Get Shor.tyFirst entering the scene around the year 2000 and steadily gaining in popularity ever since, link shorteners have become a fairly ubiquitous utility for life on the Internet. In addition to the popular link shortening services like bit.ly and rb.gy, large technology companies like Amazon (a.co) and Google (goo.gl) also have (or had, in Google’s case) their own link shortening structures and schemas. In the legitimate advertising and marketing sense, link shorteners are typically used as a mechanism to track things like click-through rates on advertisements, or to reduce the likelihood that a complicated URL with parameterized arguments will get mangled when being shared. However, link shorteners and link shortening services have also been used by threat actors (MITRE ATT&CK Technique T1608.005) to obscure the URLs of malicious landing pages, and Mandiant has observed threat actors using link shorteners to redirect victims during the initial access phase of an attack chain. Some recent examples include:
A link shortener service used by UNC1189 (also known as “MuddyWater”) in spring of 2022 to funnel users to a phishing lure document hosted on a cloud storage provider.

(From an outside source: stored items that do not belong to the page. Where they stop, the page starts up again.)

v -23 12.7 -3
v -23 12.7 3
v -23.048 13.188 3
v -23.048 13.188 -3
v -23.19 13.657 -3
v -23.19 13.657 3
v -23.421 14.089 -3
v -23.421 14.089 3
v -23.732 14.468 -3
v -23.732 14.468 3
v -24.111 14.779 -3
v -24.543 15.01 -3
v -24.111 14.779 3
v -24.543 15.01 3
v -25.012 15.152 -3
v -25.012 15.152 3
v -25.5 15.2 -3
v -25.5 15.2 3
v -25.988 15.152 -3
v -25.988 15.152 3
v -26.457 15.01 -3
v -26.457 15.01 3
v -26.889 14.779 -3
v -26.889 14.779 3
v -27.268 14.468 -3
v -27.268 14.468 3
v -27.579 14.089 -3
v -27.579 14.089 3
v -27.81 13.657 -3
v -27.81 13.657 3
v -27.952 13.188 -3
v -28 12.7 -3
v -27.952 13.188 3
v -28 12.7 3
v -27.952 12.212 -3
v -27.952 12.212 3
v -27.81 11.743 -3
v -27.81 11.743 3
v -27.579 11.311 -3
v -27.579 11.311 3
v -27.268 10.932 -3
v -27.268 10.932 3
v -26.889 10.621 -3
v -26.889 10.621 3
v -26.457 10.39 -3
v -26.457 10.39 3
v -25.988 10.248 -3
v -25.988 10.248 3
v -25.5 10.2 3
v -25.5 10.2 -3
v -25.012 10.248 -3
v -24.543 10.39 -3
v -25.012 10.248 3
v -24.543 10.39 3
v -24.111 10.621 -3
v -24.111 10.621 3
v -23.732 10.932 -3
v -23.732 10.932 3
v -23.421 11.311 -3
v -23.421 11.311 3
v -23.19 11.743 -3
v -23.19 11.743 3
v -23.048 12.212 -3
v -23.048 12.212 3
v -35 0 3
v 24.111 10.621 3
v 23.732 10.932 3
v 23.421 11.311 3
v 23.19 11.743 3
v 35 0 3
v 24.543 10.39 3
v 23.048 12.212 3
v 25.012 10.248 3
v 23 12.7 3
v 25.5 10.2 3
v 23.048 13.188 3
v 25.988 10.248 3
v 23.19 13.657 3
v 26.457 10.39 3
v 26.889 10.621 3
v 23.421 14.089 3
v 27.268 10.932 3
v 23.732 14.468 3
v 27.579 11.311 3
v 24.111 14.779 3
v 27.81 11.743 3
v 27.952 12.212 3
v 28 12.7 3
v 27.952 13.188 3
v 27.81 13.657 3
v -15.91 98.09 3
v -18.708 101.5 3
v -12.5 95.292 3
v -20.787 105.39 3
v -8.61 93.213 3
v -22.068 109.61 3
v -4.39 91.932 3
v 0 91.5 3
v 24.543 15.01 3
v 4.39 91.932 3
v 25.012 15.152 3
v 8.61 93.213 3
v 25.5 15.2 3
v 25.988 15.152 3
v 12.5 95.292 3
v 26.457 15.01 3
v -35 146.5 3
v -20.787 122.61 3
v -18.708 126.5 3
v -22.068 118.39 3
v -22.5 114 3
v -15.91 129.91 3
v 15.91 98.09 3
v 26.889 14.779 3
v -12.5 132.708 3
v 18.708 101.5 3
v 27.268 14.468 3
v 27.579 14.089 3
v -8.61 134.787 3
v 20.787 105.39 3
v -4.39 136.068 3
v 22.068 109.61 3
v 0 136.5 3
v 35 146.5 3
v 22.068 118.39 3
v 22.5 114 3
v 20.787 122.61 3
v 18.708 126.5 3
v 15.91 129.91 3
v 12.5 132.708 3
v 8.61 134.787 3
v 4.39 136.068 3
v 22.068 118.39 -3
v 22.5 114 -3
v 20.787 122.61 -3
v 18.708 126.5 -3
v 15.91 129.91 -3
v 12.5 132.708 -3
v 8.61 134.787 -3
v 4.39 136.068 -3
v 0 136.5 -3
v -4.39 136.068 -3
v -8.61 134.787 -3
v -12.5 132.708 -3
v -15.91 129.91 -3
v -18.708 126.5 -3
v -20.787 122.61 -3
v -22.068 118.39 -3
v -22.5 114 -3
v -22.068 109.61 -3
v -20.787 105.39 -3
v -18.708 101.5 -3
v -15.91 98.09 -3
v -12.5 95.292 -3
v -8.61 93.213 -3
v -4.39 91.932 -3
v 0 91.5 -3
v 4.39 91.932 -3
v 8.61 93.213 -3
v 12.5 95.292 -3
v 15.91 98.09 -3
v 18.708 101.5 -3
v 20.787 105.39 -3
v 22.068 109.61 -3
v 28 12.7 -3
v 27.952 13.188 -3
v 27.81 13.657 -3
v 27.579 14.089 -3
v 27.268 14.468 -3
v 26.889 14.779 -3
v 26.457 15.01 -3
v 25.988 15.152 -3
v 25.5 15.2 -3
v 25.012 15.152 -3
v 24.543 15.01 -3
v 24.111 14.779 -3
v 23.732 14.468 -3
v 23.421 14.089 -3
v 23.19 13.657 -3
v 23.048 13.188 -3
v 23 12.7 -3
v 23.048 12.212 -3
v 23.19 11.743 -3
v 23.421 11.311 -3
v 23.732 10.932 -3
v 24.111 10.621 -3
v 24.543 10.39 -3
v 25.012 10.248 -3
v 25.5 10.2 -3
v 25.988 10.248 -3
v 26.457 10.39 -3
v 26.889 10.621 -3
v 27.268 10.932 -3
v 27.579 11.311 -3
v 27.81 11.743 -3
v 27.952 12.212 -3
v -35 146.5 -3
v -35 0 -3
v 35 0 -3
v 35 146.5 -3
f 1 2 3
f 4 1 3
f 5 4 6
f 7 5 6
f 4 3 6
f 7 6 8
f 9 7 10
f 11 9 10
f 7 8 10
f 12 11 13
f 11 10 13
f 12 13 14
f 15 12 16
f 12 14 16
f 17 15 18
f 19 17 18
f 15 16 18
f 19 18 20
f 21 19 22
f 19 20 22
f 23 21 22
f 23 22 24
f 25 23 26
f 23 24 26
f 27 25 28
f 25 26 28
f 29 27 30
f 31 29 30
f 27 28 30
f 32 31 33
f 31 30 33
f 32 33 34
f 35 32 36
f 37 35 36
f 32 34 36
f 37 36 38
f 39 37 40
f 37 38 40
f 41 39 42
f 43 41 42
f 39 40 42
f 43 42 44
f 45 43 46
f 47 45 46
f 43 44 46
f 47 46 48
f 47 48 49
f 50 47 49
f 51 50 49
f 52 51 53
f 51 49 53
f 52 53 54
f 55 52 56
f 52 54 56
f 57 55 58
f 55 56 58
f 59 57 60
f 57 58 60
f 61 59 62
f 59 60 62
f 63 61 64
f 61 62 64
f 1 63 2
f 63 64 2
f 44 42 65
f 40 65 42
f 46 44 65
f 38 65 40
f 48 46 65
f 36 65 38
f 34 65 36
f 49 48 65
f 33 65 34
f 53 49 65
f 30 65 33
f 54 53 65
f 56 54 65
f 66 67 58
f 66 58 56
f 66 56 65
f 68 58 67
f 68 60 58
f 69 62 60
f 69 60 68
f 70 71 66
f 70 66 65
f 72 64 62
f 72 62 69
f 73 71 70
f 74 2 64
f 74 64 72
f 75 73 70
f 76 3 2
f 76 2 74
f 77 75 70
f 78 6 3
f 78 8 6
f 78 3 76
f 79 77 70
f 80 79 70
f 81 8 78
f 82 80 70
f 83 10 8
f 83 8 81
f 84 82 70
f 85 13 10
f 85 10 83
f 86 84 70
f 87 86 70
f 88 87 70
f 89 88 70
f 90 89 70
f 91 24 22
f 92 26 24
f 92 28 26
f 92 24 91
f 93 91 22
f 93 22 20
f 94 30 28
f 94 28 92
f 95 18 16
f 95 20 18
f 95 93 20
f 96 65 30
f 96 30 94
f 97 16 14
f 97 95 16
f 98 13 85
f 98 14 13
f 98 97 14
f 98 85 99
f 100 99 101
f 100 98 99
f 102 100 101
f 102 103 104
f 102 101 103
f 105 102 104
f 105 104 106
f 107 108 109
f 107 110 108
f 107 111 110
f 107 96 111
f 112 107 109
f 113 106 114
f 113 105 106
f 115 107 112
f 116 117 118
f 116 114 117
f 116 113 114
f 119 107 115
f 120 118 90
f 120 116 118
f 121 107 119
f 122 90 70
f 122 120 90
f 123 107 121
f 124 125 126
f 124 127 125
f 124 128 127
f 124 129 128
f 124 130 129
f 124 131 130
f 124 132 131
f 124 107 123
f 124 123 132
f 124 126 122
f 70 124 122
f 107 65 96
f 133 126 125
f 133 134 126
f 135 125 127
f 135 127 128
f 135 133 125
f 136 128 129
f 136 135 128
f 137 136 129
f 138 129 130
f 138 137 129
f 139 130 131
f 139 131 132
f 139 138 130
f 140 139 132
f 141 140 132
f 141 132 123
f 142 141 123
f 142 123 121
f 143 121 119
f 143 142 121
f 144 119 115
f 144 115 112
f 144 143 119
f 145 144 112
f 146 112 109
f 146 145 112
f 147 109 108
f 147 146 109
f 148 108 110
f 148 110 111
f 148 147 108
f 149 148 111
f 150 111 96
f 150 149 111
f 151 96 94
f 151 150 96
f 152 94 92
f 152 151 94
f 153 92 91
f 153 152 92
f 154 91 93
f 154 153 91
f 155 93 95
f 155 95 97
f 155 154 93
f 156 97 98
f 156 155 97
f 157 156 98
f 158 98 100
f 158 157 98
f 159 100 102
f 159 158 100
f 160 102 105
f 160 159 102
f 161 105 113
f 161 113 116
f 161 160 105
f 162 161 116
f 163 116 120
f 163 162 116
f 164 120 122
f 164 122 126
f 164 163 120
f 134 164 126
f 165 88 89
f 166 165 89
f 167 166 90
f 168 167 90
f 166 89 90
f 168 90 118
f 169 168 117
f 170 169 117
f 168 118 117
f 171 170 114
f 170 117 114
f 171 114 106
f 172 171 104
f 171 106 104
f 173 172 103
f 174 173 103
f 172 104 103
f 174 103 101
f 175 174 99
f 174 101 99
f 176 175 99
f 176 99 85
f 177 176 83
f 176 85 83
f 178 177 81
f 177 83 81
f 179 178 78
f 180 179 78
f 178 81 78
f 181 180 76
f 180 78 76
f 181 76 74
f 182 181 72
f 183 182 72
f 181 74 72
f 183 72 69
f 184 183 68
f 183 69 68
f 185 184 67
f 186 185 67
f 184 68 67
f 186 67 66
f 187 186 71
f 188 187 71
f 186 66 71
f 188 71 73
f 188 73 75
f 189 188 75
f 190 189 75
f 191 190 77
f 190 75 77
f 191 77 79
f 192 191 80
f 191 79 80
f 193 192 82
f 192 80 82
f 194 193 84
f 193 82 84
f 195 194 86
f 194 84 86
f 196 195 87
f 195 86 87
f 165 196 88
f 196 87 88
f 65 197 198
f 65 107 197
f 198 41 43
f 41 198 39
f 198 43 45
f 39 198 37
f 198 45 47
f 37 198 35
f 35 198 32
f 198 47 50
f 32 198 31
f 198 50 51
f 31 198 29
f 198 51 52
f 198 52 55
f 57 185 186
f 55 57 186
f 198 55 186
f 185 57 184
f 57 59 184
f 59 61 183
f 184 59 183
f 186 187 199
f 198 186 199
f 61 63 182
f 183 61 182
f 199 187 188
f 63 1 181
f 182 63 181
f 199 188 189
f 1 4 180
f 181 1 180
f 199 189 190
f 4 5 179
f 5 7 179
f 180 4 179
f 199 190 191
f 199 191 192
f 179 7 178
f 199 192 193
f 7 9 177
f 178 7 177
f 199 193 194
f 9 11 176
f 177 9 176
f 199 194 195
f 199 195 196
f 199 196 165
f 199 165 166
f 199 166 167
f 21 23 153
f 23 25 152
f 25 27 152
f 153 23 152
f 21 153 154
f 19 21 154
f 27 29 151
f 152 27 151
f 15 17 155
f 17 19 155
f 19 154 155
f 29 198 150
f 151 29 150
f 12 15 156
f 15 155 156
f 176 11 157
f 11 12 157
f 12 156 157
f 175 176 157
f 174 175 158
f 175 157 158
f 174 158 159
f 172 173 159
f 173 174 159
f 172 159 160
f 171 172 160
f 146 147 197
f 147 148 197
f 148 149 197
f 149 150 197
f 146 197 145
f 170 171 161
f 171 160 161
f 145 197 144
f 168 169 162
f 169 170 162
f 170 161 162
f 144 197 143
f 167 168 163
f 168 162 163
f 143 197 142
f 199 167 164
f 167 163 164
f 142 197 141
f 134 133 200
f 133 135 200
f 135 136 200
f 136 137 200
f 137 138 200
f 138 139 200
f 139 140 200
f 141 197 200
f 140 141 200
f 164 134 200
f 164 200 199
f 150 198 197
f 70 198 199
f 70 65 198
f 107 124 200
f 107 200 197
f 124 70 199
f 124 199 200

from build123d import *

# Parameters (mm, degrees)
SKETCH2_R           = 22.5
BOSS_EXTRUDE1_DEPTH = 3
SKETCH3_R           = 2.5
CUT_EXTRUDE1_DEPTH  = 6


with BuildPart() as part:
    # Sketch2 → Boss-Extrude1 (new, symmetric)
    with BuildSketch(Plane.XY):
        Polygon((-35, 0), (35, 0), (35, 114), (35, 146.5), (-35, 146.5), (-35, 114), align=None)
        with Locations((0, 114)):
            Circle(SKETCH2_R, mode=Mode.SUBTRACT)
    extrude(amount=BOSS_EXTRUDE1_DEPTH, both=True)

    # Sketch3 → Cut-Extrude1 (cut)
    with BuildSketch(Plane.XY.offset(3)):
        with Locations((-25.5, 12.7)):
            Circle(SKETCH3_R)
        with Locations((25.5, 12.7)):
            Circle(SKETCH3_R)
    extrude(amount=-CUT_EXTRUDE1_DEPTH, mode=Mode.SUBTRACT)


solid = part.part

A set of SMS phishing campaigns orchestrated by a financially motivated threat actor between spring of 2021 and late 2022, which leveraged link shorteners to funnel users through a nested web of device, location, and browser checks to a set of forms that ultimately attempt to steal credit card information.
A malvertising campaign in spring of 2023 that leveraged a link shortener to track click-through data for Dropbox URLs hosting malware payloads.
To demonstrate the capabilities of a link shortener service from a threat actor perspective, the service bit.ly will be featured in this blog post. Originally made popular on X (formerly Twitter) around 2008, bit.ly remains a popular link shortening solution. Like most modern software-as-a-service (SaaS) platforms, bit.ly offers multiple subscription levels based around levels of usage and feature availability (Figure 1).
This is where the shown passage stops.